От волнения призрак пошел рябью.
- Сам не знаю, отчего я с вами разоткровенничался. Всякий раз когда выпадает такая лунная звездная ночь и когда играют на трубе со мной что-то происходит. Мне кажется, что прошлое не исчезло, оно по-прежнему существует во мне и рядом со мной. Пока существую я, существует и моё время. Я его хранитель и его страж.
- Значит, вы живете в нашем подъезде из-за трубача? - спросил Егор.
- Я не живу здесь, но с тех пор как у вас поселился трубач, я стал часто здесь появляться. В отличие от многих привидений, я не привязан к одному месту и могу странствовать, где захочу. За последнее столетие я несколько раз побывал в Петербурге, много путешествовал по России, Европе, а однажды отправился в Америку на большом корабле. Но бедному кораблю не повезло, вскоре он отправился ко дну.
Дон-Жуан с Катей уставились друг на друга.
- Этот корабль был случайно не "Титаник"? Он врезался в айсберг! взволнованно спросила Катя.
- Кажется, именно так он и назывался. И ледяная глыба там тоже была. Грустная была картина, когда этот гигант погружался на дно. Я пытался успокоить одну переживавшую даму, но когда она увидела меня, то сразу бросилась за борт и даже не надела спасательного жилета, - вздохнул князь.
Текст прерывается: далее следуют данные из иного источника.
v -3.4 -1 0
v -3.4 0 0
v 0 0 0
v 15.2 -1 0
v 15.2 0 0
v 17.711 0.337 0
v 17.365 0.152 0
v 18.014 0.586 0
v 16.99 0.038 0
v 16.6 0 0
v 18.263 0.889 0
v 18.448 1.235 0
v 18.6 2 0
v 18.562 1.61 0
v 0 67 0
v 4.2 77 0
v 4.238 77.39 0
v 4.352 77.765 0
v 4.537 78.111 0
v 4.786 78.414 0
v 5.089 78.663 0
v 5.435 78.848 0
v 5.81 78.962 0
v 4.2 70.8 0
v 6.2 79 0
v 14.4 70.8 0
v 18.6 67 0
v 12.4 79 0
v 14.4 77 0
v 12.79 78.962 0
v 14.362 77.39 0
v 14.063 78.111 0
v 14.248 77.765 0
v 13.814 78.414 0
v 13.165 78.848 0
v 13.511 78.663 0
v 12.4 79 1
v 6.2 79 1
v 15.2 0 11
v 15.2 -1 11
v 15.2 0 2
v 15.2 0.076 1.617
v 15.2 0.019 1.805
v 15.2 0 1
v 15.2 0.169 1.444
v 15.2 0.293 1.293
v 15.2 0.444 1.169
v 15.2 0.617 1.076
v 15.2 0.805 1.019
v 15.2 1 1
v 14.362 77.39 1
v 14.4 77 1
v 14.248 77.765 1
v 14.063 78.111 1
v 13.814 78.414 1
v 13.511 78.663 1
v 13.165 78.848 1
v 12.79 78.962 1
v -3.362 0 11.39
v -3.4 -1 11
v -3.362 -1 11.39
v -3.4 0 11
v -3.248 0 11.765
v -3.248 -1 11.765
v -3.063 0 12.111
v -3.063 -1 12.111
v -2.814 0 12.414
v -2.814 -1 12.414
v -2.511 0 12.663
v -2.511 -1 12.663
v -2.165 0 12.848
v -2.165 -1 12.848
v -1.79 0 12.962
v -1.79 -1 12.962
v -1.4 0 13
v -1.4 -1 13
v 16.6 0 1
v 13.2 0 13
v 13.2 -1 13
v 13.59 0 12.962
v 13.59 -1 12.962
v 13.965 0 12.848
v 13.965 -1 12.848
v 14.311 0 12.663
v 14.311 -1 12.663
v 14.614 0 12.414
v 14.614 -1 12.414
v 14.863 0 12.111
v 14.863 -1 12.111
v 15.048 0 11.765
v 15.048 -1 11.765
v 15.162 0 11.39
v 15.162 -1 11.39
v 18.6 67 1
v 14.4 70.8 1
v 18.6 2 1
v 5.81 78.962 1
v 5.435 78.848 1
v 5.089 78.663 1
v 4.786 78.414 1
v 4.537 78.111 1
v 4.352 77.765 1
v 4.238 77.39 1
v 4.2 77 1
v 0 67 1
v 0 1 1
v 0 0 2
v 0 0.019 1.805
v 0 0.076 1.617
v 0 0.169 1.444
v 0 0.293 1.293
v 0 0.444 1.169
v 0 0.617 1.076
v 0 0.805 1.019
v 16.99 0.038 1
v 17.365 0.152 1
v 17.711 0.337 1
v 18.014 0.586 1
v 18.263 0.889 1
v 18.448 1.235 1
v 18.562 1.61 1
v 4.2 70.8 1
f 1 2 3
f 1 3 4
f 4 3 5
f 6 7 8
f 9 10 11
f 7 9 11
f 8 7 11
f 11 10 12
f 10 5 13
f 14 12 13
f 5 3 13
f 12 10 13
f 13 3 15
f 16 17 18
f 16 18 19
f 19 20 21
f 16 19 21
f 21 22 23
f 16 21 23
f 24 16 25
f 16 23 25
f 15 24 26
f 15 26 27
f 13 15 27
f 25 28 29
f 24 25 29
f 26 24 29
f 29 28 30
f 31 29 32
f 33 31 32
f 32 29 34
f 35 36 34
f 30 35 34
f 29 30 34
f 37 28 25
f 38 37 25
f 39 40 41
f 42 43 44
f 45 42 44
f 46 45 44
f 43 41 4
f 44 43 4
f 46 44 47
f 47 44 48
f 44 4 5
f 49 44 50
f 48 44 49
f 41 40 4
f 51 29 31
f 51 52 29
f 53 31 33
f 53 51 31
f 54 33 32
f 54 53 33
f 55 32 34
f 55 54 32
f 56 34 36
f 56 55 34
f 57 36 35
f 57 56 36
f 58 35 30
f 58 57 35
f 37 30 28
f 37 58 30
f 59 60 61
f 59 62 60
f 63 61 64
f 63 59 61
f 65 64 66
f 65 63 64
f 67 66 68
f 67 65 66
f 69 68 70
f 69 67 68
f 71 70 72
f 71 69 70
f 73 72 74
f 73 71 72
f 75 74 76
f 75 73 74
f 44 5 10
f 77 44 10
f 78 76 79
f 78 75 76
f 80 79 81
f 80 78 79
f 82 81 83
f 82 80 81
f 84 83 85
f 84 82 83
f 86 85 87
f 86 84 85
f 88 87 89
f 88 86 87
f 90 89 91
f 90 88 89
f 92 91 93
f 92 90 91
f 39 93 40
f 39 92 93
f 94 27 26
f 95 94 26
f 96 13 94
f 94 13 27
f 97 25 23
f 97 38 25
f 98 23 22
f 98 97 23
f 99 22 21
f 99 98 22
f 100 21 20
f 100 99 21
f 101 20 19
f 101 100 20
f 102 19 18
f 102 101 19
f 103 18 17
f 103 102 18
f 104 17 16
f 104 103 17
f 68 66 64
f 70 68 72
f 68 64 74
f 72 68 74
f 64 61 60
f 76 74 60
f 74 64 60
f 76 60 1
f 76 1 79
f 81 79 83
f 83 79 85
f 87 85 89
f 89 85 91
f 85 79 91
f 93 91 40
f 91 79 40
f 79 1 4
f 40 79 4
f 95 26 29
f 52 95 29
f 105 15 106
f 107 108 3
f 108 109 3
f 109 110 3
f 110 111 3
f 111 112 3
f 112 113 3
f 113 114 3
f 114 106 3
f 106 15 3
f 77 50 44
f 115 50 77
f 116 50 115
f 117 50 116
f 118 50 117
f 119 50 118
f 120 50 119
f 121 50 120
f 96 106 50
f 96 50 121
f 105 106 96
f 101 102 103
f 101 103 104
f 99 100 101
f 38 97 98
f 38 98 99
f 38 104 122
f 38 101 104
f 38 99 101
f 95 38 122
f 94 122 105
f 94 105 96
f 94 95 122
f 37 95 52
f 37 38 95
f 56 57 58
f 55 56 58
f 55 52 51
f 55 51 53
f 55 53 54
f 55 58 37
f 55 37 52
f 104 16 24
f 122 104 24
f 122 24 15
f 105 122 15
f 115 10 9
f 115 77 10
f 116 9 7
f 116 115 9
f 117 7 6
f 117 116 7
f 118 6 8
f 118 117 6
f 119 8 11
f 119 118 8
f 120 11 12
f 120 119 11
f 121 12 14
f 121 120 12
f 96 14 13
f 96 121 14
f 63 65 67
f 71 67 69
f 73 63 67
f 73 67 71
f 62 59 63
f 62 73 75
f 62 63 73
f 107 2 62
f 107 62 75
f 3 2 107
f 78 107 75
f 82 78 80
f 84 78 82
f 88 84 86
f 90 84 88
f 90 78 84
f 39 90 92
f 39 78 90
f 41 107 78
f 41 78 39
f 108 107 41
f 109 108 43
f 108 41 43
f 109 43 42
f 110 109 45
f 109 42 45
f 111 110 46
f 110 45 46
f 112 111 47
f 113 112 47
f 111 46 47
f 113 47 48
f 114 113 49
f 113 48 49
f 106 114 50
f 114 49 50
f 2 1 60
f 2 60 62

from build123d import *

# Parameters (mm, degrees)
F1_DEPTH = 1
F2_W     = 18.6
F2_H     = 1
F3_DEPTH = 13
F4_R     = 2
F5_R     = 1


with BuildPart() as f1:
    # F0 (on Top) → F1 (new body)
    with BuildSketch(Plane.XY):
        Polygon((0, 67), (0, 0), (18.6, 0), (18.6, 67), (14.4, 70.8), (14.4, 79), (4.2, 79), (4.2, 70.8), align=None)
    extrude(amount=F1_DEPTH)

    # F2 (on Top) → F3 (join)
    with BuildSketch(Plane.XY):
        with Locations((5.9, -0.5)):
            Rectangle(F2_W, F2_H)
    extrude(amount=F3_DEPTH)

    # F4
    f4_edges = [f1.edges().sort_by_distance(p)[0] for p in [
        (18.6, 0, 0.5),
        (15.2, -0.5, 13),
        (-3.4, -0.5, 13),
        (14.4, 79, 0.5),
        (4.2, 79, 0.5),
    ]]
    fillet(f4_edges, radius=F4_R)

    # F5
    f5_edges = [f1.edges().sort_by_distance(p)[0] for p in [
        (7.6, 0, 1),
    ]]
    fillet(f5_edges, radius=F5_R)


solid = f1.part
Неожиданно инфракрасный фонарь, который Гений вертел в руках, затрещал и на датчике замелькали цифры.
- Это он опять на меня срабатывает? - улыбнулся князь.
- Похоже, что нет. Расстояние другое, - покачал головой Егор.
- Но я же призрак!
- Направление луча совсем другое, и психоактивность более сильная. Это откуда-то с нижних этажей. Кажется, Аттила снова активизировался.
- Аттила, говорите? Это любопытно. Пойду посмотрю, - сказал князь и медленно, словно затягиваемый трясиной, стал погружаться под пол. Вначале он скрылся по колено, потом по пояс, а потом исчезла и голова с завитыми в колечки усами.
Ребята остались в комнате одни.
- Ну и дела! Можно подумать, нам одного привидения было мало, - сказал Федор.
- Разве тебе его не жалко? - с возмущением воскликнула Катя.